What to do
The stretch wanted below opens at the line containing "v -10.717 -16.887 42.5" and closes at the line containing "v -11.756 -16.18 42.5". Please return it exactly, with no other lines.

Data extract
▼▼▼

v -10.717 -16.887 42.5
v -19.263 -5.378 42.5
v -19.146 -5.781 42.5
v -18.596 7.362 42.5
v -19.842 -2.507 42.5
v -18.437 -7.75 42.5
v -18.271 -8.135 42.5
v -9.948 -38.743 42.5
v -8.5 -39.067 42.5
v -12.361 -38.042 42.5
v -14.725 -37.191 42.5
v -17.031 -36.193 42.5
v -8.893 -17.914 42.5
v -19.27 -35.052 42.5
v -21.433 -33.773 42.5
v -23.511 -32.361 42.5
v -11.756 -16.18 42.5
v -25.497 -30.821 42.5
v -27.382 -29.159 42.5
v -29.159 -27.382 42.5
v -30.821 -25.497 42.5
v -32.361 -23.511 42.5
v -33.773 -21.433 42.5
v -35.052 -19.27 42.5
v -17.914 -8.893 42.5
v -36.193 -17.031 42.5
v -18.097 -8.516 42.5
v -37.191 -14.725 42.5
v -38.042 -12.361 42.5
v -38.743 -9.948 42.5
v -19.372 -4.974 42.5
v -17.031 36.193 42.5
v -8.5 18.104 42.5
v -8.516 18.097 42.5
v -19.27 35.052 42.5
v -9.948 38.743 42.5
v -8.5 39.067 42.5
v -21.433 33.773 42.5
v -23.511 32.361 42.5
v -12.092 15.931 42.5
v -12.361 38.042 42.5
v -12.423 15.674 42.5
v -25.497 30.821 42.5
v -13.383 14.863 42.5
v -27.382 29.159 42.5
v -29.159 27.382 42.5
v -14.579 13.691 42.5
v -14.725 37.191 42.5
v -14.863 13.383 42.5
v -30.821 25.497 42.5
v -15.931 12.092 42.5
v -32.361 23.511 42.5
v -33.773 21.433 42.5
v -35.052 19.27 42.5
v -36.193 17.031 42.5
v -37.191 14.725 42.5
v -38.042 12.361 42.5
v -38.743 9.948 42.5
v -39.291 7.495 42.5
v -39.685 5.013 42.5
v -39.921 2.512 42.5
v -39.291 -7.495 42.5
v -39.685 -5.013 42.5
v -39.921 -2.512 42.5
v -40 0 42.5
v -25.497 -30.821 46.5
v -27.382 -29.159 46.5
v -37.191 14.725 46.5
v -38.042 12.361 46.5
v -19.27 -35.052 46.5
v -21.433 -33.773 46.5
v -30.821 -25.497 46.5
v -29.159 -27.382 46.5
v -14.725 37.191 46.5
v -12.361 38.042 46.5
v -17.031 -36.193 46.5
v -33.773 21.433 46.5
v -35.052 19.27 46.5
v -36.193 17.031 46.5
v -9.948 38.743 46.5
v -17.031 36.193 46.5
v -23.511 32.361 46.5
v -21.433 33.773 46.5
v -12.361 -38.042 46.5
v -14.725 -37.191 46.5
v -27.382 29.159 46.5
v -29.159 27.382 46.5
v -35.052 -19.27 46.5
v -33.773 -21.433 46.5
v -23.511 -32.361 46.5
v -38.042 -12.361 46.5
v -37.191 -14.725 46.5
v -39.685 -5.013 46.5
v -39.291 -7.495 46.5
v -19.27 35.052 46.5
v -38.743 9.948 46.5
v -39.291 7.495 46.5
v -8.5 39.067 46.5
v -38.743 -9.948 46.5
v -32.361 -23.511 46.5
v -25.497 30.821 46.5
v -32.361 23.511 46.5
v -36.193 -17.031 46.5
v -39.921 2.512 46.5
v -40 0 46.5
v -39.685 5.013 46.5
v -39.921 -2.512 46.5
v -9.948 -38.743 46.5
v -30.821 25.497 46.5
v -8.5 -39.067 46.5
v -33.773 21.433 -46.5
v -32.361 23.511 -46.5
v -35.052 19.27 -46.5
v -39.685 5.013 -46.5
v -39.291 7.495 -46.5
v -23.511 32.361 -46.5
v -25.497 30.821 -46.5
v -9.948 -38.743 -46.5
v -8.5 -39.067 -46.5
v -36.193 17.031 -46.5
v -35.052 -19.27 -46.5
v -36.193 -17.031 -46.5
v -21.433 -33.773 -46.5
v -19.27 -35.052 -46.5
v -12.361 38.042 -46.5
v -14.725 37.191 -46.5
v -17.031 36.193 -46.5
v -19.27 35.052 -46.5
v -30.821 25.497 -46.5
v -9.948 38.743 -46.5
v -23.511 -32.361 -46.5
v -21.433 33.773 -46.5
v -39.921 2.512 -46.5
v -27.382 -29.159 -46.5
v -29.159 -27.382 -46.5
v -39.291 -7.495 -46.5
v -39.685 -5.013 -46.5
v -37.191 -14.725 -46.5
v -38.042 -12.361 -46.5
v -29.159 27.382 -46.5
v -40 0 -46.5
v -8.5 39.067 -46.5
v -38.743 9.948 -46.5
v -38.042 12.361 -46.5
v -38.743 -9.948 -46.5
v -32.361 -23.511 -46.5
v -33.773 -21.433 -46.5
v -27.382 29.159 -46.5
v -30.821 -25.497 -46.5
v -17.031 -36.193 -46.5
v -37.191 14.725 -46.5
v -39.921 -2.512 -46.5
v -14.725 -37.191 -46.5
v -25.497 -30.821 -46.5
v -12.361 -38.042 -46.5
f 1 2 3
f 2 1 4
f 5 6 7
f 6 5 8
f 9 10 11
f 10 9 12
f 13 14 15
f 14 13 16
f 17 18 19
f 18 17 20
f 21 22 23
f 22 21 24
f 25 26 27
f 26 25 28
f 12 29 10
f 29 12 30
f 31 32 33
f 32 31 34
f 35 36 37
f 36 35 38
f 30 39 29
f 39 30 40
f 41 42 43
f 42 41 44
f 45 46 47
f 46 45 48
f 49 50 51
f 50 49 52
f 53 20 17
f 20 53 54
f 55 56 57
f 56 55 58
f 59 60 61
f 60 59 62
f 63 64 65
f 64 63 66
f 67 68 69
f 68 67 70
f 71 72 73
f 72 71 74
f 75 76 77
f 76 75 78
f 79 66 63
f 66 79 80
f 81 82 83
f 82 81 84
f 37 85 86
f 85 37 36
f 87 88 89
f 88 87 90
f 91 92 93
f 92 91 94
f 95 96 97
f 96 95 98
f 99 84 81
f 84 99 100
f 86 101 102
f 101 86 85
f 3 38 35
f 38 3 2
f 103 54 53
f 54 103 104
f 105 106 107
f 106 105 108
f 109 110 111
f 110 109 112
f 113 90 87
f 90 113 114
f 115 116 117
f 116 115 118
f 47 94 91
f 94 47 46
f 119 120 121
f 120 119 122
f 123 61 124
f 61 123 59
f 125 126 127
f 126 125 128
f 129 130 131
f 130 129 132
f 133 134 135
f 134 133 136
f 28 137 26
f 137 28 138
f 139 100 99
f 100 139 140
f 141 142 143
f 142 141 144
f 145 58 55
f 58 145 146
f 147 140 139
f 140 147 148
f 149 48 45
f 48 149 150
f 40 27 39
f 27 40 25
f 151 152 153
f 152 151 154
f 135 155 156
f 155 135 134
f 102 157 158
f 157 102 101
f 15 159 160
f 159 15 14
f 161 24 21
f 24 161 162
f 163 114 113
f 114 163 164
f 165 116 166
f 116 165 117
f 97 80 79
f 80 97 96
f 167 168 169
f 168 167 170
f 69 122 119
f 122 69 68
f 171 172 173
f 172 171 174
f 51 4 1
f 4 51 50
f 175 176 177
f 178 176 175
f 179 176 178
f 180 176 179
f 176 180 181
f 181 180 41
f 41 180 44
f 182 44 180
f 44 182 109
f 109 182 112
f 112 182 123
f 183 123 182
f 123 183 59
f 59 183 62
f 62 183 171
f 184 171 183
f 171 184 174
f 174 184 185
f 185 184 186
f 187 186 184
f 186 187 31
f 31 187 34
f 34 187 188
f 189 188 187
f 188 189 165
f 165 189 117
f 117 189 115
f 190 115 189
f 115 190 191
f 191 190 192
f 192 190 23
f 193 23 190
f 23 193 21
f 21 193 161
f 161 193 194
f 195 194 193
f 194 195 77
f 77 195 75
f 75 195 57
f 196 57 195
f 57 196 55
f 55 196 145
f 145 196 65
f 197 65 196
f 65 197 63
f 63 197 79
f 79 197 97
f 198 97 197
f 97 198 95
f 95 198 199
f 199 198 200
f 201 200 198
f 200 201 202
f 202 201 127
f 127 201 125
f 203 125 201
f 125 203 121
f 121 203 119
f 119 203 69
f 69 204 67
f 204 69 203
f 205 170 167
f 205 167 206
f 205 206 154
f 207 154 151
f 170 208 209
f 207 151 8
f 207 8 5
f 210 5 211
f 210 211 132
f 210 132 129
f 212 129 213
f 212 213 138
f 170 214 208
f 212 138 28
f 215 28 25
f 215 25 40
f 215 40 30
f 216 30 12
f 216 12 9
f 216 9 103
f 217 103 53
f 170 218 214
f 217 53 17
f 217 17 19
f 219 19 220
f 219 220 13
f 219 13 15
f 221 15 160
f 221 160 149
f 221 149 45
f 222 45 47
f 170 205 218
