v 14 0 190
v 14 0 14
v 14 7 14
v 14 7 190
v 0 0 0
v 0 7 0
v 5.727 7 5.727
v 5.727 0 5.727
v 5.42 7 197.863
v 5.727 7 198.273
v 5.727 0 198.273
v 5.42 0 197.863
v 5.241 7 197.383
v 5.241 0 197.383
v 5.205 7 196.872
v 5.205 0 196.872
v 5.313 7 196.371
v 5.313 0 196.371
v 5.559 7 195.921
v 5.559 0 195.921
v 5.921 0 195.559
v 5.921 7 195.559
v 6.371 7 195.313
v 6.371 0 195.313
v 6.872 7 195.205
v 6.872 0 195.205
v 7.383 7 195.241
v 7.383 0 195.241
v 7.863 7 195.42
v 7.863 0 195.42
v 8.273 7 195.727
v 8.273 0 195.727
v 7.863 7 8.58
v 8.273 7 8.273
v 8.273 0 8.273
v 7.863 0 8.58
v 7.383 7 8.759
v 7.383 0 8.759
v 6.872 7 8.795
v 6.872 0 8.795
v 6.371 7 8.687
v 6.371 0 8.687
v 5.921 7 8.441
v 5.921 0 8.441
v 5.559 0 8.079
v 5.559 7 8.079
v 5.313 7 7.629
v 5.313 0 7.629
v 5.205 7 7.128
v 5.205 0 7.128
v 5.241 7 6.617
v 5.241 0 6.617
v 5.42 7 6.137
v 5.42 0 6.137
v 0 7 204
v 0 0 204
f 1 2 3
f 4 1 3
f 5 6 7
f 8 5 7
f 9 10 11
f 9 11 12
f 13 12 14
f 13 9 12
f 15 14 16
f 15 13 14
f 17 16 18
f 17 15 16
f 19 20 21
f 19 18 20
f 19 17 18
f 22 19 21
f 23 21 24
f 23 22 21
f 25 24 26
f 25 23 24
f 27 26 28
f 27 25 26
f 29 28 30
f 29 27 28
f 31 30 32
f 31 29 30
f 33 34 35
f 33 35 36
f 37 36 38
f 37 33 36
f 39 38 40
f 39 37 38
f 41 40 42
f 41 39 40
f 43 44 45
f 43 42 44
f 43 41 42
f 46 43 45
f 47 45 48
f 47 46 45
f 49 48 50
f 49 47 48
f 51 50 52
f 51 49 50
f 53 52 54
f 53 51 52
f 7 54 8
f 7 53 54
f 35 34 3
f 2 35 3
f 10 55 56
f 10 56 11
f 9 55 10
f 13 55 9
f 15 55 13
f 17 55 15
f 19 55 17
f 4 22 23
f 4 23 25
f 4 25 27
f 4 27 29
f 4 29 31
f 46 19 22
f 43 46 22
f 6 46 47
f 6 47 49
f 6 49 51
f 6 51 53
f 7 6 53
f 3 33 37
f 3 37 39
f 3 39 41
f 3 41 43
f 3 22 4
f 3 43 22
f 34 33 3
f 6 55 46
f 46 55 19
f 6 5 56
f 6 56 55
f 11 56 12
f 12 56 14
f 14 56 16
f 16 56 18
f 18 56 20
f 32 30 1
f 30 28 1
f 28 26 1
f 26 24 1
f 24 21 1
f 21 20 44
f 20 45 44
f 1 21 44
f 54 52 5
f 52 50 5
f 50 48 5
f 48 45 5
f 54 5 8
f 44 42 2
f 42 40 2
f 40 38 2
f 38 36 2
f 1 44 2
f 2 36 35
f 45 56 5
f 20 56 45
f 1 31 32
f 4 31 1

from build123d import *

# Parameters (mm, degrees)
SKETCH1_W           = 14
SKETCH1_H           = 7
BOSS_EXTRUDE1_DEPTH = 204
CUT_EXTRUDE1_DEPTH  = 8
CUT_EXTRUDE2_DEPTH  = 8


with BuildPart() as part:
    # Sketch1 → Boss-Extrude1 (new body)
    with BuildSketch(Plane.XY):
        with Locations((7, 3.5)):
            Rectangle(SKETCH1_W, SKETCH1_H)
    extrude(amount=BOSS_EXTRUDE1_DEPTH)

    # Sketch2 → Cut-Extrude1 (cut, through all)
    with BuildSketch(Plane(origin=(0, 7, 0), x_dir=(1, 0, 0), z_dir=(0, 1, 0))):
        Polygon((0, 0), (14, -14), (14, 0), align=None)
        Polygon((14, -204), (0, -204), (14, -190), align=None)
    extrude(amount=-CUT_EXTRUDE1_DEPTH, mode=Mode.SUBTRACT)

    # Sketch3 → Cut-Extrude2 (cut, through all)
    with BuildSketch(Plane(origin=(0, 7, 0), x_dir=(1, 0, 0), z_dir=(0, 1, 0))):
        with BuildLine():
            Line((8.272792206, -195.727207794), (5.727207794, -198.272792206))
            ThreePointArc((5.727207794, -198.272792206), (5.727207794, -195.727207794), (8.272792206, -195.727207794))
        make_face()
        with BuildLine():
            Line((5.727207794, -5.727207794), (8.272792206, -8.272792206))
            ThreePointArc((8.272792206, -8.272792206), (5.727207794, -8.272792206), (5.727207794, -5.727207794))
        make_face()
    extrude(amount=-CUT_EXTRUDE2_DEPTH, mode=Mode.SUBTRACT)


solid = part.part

▲▲▲
▼▼▼

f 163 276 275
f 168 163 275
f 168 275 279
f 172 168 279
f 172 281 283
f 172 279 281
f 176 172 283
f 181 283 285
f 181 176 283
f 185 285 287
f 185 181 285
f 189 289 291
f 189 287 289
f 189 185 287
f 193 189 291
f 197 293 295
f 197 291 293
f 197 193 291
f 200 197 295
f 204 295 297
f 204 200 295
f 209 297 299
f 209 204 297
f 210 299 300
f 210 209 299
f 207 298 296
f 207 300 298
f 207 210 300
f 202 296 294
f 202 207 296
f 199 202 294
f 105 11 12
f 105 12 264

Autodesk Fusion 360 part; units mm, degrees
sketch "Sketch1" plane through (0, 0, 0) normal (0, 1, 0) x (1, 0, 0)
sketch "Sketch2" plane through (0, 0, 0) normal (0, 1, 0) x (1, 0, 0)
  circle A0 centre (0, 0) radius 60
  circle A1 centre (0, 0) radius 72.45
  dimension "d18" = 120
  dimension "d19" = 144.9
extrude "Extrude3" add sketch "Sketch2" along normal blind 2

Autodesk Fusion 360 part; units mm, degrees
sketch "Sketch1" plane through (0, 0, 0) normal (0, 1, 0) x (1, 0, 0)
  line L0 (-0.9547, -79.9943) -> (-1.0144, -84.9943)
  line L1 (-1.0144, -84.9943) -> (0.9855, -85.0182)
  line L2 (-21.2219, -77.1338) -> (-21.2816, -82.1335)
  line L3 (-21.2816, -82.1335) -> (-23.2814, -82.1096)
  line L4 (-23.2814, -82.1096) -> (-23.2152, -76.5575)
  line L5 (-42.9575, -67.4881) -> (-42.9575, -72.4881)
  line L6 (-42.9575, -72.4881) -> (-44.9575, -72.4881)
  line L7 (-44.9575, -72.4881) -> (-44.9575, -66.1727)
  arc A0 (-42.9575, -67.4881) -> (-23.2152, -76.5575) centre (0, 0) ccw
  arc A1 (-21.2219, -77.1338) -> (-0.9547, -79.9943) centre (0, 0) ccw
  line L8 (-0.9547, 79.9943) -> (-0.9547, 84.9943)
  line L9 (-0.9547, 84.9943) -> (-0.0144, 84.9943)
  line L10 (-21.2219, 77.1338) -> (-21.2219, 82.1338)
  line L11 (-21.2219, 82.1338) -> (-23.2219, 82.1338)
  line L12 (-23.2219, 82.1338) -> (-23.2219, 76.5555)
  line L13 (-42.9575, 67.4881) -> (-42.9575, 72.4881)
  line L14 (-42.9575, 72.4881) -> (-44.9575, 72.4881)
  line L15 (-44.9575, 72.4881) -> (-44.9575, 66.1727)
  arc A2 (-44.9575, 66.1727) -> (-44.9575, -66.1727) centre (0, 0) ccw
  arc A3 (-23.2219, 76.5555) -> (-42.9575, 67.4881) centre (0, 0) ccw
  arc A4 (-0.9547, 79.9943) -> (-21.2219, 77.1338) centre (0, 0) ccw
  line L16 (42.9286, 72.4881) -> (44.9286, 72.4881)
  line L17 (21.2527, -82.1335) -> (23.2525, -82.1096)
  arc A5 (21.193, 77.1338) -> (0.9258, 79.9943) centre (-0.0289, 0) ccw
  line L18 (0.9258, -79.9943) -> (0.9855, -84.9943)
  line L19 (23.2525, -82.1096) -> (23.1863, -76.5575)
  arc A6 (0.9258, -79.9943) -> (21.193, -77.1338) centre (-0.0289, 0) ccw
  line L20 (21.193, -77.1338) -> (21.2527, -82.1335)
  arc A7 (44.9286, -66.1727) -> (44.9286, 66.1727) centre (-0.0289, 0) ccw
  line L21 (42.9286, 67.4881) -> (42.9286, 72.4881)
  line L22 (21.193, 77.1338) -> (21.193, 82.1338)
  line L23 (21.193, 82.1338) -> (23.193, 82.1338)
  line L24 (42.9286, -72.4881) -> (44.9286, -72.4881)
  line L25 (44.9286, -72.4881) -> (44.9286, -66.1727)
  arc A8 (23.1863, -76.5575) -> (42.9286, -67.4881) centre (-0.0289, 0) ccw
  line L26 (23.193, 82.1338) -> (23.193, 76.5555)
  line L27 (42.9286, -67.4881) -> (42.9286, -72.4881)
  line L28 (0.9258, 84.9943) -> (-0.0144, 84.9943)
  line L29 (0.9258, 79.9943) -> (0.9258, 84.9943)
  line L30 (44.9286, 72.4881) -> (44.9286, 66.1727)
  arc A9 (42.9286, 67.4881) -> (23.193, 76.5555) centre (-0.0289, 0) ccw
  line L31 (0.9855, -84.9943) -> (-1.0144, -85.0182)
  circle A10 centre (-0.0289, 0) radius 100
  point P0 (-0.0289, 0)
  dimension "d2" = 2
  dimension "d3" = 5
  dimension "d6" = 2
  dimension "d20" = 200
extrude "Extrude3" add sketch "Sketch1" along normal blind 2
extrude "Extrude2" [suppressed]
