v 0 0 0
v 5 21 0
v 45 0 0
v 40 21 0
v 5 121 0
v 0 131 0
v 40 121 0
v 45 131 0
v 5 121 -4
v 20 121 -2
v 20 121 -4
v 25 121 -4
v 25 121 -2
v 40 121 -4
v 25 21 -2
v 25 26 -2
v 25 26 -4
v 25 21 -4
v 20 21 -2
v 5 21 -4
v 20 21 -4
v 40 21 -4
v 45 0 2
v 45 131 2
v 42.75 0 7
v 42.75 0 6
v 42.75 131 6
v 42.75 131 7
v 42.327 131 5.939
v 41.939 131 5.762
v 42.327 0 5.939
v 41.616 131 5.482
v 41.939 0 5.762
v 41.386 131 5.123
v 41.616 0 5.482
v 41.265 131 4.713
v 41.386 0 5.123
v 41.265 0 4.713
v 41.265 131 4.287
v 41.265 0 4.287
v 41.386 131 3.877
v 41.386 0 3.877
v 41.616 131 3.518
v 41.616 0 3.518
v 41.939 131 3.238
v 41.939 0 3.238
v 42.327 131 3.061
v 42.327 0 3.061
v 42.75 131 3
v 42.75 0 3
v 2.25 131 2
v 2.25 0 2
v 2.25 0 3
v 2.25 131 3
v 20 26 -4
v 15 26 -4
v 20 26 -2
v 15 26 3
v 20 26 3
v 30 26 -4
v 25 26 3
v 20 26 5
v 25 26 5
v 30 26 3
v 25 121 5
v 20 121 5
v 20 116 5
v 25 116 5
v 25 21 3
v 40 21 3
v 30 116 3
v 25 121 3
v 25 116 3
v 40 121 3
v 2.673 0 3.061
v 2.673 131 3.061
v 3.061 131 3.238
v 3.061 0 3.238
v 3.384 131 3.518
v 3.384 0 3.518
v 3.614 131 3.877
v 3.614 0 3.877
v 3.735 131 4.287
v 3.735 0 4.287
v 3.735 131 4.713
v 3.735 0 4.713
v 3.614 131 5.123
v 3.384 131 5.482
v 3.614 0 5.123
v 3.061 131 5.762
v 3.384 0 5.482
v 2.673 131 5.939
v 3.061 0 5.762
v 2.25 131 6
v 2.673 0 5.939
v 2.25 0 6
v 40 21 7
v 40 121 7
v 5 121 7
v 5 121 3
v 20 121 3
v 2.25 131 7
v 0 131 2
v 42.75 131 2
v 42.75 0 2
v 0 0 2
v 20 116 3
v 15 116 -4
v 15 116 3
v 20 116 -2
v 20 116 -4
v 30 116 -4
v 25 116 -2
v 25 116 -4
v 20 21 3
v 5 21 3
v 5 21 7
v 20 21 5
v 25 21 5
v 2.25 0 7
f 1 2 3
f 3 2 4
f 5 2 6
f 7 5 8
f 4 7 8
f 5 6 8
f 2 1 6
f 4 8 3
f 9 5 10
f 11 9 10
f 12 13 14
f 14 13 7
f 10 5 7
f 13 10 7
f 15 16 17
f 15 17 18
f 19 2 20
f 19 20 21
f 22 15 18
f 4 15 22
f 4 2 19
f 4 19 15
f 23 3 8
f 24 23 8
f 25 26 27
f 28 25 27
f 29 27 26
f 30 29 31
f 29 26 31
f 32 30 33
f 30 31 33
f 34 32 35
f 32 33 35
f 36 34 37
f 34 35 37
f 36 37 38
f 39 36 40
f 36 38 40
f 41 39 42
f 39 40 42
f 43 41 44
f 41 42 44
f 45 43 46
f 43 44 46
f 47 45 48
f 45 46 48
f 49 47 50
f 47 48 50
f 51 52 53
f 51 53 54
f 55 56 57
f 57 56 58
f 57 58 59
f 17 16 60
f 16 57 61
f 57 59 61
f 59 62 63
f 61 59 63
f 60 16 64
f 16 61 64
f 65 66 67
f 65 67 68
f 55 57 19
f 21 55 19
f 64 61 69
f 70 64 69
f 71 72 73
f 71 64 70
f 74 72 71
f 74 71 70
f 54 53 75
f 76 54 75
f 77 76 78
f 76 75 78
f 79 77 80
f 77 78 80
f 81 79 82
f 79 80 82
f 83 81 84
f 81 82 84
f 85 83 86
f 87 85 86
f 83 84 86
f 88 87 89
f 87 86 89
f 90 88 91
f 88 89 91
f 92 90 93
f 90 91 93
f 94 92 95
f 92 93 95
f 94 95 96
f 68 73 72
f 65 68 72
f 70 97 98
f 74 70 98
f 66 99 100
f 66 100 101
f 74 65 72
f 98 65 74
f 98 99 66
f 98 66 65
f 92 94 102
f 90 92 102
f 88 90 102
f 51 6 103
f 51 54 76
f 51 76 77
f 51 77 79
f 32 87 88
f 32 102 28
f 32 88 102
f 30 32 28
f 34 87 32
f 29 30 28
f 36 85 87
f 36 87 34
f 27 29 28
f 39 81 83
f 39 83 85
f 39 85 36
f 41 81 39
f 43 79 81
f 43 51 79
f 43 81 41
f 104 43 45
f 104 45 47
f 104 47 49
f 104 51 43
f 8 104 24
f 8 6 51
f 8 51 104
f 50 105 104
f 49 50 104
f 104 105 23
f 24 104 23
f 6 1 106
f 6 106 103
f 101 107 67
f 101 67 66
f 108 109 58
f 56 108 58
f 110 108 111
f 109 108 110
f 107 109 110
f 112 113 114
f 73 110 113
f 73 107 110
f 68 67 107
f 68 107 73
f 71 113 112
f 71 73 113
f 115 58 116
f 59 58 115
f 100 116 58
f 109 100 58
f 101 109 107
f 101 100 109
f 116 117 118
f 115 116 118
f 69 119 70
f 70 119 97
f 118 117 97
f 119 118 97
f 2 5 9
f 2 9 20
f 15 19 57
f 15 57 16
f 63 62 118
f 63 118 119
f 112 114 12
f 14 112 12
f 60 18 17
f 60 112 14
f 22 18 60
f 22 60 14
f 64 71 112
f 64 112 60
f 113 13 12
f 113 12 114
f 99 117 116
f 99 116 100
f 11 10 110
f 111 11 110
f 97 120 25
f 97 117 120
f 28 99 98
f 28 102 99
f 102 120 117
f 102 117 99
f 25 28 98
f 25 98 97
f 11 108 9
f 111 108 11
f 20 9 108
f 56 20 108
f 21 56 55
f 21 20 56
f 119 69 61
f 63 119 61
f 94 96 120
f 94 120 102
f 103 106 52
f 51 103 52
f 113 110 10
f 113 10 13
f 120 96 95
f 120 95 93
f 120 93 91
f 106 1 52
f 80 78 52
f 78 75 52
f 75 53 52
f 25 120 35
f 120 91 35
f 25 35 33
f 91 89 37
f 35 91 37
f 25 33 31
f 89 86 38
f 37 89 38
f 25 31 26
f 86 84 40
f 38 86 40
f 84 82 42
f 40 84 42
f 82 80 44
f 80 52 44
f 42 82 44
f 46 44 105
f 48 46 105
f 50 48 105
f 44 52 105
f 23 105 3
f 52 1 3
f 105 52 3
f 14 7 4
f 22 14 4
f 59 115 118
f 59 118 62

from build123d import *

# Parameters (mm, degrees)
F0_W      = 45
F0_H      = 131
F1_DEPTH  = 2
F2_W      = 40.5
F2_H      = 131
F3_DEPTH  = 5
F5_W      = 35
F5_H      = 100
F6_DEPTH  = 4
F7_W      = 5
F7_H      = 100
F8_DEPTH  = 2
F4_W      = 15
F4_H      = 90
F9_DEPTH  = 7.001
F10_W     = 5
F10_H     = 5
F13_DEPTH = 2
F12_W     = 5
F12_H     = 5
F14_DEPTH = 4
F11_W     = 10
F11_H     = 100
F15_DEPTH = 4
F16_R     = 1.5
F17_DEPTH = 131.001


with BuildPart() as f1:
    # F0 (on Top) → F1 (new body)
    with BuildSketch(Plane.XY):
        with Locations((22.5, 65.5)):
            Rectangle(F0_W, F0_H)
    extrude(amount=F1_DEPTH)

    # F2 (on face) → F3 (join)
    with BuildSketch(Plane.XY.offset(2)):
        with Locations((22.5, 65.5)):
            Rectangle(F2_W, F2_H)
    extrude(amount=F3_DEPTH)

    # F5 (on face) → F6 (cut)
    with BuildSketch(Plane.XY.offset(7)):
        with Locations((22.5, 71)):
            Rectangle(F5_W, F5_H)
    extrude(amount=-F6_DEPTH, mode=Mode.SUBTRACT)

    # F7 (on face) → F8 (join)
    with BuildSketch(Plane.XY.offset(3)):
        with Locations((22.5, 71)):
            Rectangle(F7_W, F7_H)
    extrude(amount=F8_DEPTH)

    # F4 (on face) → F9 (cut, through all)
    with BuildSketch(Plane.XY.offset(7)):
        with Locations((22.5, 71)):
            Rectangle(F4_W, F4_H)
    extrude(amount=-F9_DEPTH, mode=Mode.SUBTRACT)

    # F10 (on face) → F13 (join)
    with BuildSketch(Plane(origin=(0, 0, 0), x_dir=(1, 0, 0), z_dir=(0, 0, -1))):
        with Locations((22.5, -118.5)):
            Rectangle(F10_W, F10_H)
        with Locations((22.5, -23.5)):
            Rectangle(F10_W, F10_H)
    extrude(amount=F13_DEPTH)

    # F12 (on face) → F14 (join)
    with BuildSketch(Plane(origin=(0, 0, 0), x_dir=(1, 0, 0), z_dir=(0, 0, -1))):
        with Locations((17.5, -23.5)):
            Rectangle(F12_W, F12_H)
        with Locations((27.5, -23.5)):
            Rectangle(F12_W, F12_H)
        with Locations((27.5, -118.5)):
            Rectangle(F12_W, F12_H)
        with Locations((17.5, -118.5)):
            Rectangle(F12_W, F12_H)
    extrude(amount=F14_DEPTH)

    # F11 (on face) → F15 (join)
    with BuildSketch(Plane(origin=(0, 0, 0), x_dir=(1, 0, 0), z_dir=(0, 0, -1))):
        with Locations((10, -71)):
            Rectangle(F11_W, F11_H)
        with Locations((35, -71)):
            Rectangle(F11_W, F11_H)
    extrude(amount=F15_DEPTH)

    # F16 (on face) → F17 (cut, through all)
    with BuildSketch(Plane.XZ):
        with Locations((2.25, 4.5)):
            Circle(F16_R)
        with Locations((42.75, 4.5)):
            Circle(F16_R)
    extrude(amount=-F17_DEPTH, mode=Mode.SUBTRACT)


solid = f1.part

▲▲▲

Task result
v -10.717 -16.887 42.5
v -19.263 -5.378 42.5
v -19.146 -5.781 42.5
v -18.596 7.362 42.5
v -19.842 -2.507 42.5
v -18.437 -7.75 42.5
v -18.271 -8.135 42.5
v -9.948 -38.743 42.5
v -8.5 -39.067 42.5
v -12.361 -38.042 42.5
v -14.725 -37.191 42.5
v -17.031 -36.193 42.5
v -8.893 -17.914 42.5
v -19.27 -35.052 42.5
v -21.433 -33.773 42.5
v -23.511 -32.361 42.5
v -11.756 -16.18 42.5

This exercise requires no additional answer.